Metal Loss

Key Takeaways

• Electromagnetic casing inspection logging uses the magnetic flux leakage (MFL) principle to detect metal loss in casing strings without requiring physical contact between the tool and the casing inner wall: the inspection tool magnetizes the casing wall using strong permanent magnets or electromagnets, and when the magnetized field passes through a region of reduced wall thickness (metal loss from corrosion or wear), some of the magnetic flux leaks outside the normal flux path and is detected by Hall effect sensors or flux leakage sensors in the tool; the magnitude of the flux leakage signal is related to the depth (through-wall extent) and lateral dimensions of the metal loss feature, allowing classification of defects into categories of severity based on their estimated remaining wall thickness; multi-frequency electromagnetic tools can distinguish between internal and external metal loss by analyzing the depth of penetration of different frequency electromagnetic fields, since high-frequency fields penetrate less deeply into the casing wall than low-frequency fields; the resolution limitation of MFL inspection tools is that they detect volume of metal loss (a large shallow defect and a small deep defect with the same total volume produce similar signals) rather than directly measuring wall thickness, requiring callouts to be validated by ultrasonic measurement in critical cases.
• Localized metal loss from pitting corrosion is more dangerous than uniform general corrosion at the same average metal loss percentage because a pit concentrates stress at its base, where the remaining wall is thin and the stress intensity factor (proportional to the square root of defect depth) is high; a casing string with 10% average general corrosion (uniform thinning to 90% of original wall) has predictable burst and collapse ratings calculated from standard formulas; the same casing with 10% average metal loss concentrated in a single deep pit may have a local stress concentration that initiates fracture at pressures well below the rating predicted from the average wall thickness; API and industry standards for casing integrity evaluation therefore differentiate between general metal loss (evaluated against modified burst and collapse formulas for reduced wall thickness) and pitting corrosion (evaluated against fracture mechanics criteria that account for stress concentration at the pit tip), with pit severity thresholds that are more conservative than general corrosion limits at the same nominal metal loss percentage.
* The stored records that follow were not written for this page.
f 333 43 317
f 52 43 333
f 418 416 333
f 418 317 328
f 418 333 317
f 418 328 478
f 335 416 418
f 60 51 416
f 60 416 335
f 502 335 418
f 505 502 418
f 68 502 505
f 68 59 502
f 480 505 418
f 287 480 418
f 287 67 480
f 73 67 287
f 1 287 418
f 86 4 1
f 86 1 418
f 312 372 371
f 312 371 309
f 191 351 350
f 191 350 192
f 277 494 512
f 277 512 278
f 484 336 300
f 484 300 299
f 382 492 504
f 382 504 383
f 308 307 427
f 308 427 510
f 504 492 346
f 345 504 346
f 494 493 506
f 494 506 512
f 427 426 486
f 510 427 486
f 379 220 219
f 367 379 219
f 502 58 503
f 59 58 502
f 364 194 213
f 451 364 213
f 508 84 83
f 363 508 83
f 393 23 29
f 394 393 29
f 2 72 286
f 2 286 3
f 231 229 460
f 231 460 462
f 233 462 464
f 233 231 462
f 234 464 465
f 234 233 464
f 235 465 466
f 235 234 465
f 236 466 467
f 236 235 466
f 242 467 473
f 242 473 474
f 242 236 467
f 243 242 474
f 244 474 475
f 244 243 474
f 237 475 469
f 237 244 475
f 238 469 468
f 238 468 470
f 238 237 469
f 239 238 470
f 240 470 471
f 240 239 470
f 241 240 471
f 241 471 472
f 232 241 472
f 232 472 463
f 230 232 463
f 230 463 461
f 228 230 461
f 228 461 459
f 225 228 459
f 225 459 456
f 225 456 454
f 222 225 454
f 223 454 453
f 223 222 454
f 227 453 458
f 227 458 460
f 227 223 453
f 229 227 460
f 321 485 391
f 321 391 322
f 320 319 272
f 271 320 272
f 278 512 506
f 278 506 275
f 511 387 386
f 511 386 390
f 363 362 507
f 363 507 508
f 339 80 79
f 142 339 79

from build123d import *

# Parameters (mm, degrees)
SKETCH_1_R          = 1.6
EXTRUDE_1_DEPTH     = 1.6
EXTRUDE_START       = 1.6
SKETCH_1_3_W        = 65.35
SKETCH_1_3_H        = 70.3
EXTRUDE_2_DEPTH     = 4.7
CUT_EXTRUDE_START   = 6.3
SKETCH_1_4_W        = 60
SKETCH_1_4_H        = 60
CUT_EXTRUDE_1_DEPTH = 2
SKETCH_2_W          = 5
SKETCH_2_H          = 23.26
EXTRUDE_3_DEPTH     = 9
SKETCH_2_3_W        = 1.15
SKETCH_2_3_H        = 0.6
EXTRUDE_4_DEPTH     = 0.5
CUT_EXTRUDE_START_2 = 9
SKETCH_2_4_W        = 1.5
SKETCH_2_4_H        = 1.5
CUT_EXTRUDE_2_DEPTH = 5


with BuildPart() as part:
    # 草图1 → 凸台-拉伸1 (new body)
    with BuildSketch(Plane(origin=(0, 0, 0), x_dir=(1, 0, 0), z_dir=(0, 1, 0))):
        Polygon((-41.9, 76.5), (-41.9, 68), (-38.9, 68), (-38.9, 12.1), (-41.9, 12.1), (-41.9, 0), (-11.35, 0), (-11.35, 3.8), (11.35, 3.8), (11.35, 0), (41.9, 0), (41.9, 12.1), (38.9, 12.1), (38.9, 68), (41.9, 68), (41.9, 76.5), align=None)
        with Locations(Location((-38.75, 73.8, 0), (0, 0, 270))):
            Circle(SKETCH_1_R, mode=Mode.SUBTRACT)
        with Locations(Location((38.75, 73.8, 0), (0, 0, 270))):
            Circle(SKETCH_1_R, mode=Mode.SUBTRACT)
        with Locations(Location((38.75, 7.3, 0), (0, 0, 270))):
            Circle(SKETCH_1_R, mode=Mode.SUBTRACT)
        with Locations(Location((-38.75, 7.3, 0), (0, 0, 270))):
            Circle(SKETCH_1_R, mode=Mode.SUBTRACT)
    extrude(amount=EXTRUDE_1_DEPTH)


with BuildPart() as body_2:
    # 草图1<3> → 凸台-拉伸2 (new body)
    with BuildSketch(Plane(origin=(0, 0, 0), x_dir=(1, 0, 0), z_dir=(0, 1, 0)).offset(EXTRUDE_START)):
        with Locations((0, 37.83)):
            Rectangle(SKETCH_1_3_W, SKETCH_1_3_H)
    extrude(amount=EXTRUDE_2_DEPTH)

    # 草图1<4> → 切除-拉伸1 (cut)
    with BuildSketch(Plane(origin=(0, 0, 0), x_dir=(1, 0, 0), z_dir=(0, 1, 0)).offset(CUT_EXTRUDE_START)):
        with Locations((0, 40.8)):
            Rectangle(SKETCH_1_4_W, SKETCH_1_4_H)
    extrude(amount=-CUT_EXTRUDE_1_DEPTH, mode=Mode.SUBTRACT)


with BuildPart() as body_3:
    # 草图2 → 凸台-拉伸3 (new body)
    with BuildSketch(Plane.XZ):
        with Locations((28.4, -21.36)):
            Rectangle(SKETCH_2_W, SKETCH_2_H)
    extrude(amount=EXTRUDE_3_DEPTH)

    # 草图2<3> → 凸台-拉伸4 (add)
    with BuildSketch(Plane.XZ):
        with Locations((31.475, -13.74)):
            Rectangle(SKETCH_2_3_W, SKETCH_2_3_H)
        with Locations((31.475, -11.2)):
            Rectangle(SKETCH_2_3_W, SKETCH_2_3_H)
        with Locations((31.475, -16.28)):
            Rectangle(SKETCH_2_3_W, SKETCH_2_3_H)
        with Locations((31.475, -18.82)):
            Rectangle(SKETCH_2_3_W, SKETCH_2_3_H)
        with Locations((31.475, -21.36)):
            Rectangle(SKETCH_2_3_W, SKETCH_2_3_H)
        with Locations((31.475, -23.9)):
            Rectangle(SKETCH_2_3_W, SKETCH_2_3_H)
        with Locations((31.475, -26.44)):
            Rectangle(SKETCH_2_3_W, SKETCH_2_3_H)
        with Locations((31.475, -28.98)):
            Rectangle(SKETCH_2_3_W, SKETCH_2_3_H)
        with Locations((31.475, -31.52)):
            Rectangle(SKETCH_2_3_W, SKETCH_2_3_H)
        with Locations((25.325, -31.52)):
• Erosion-corrosion metal loss in produced water handling systems occurs synergistically where flowing fluid both mechanically removes the protective corrosion product film (passivation layer or inhibitor film) and simultaneously provides the corrosive chemistry that attacks the bare metal exposed by the erosion: in a separator inlet nozzle or a flowline elbow where high-velocity produced water impinges on the carbon steel surface, the turbulent flow erodes the millimeter-thick corrosion product or inhibitor film that normally protects the steel from direct contact with the corrosive water; this film removal exposes fresh steel to the full corrosive attack of the produced water (typically at lower pH and higher CO2 partial pressure than bulk conditions), and the new corrosion product that forms is immediately removed by the next turbulent flow event before it can build to a protective thickness; the result is a self-sustaining cycle of film removal and corrosion that produces metal loss rates 10-100 times higher than either erosion or corrosion alone, and the problem is localized at specific geometric features (elbows, reducers, nozzles) that produce the turbulent impingement flow.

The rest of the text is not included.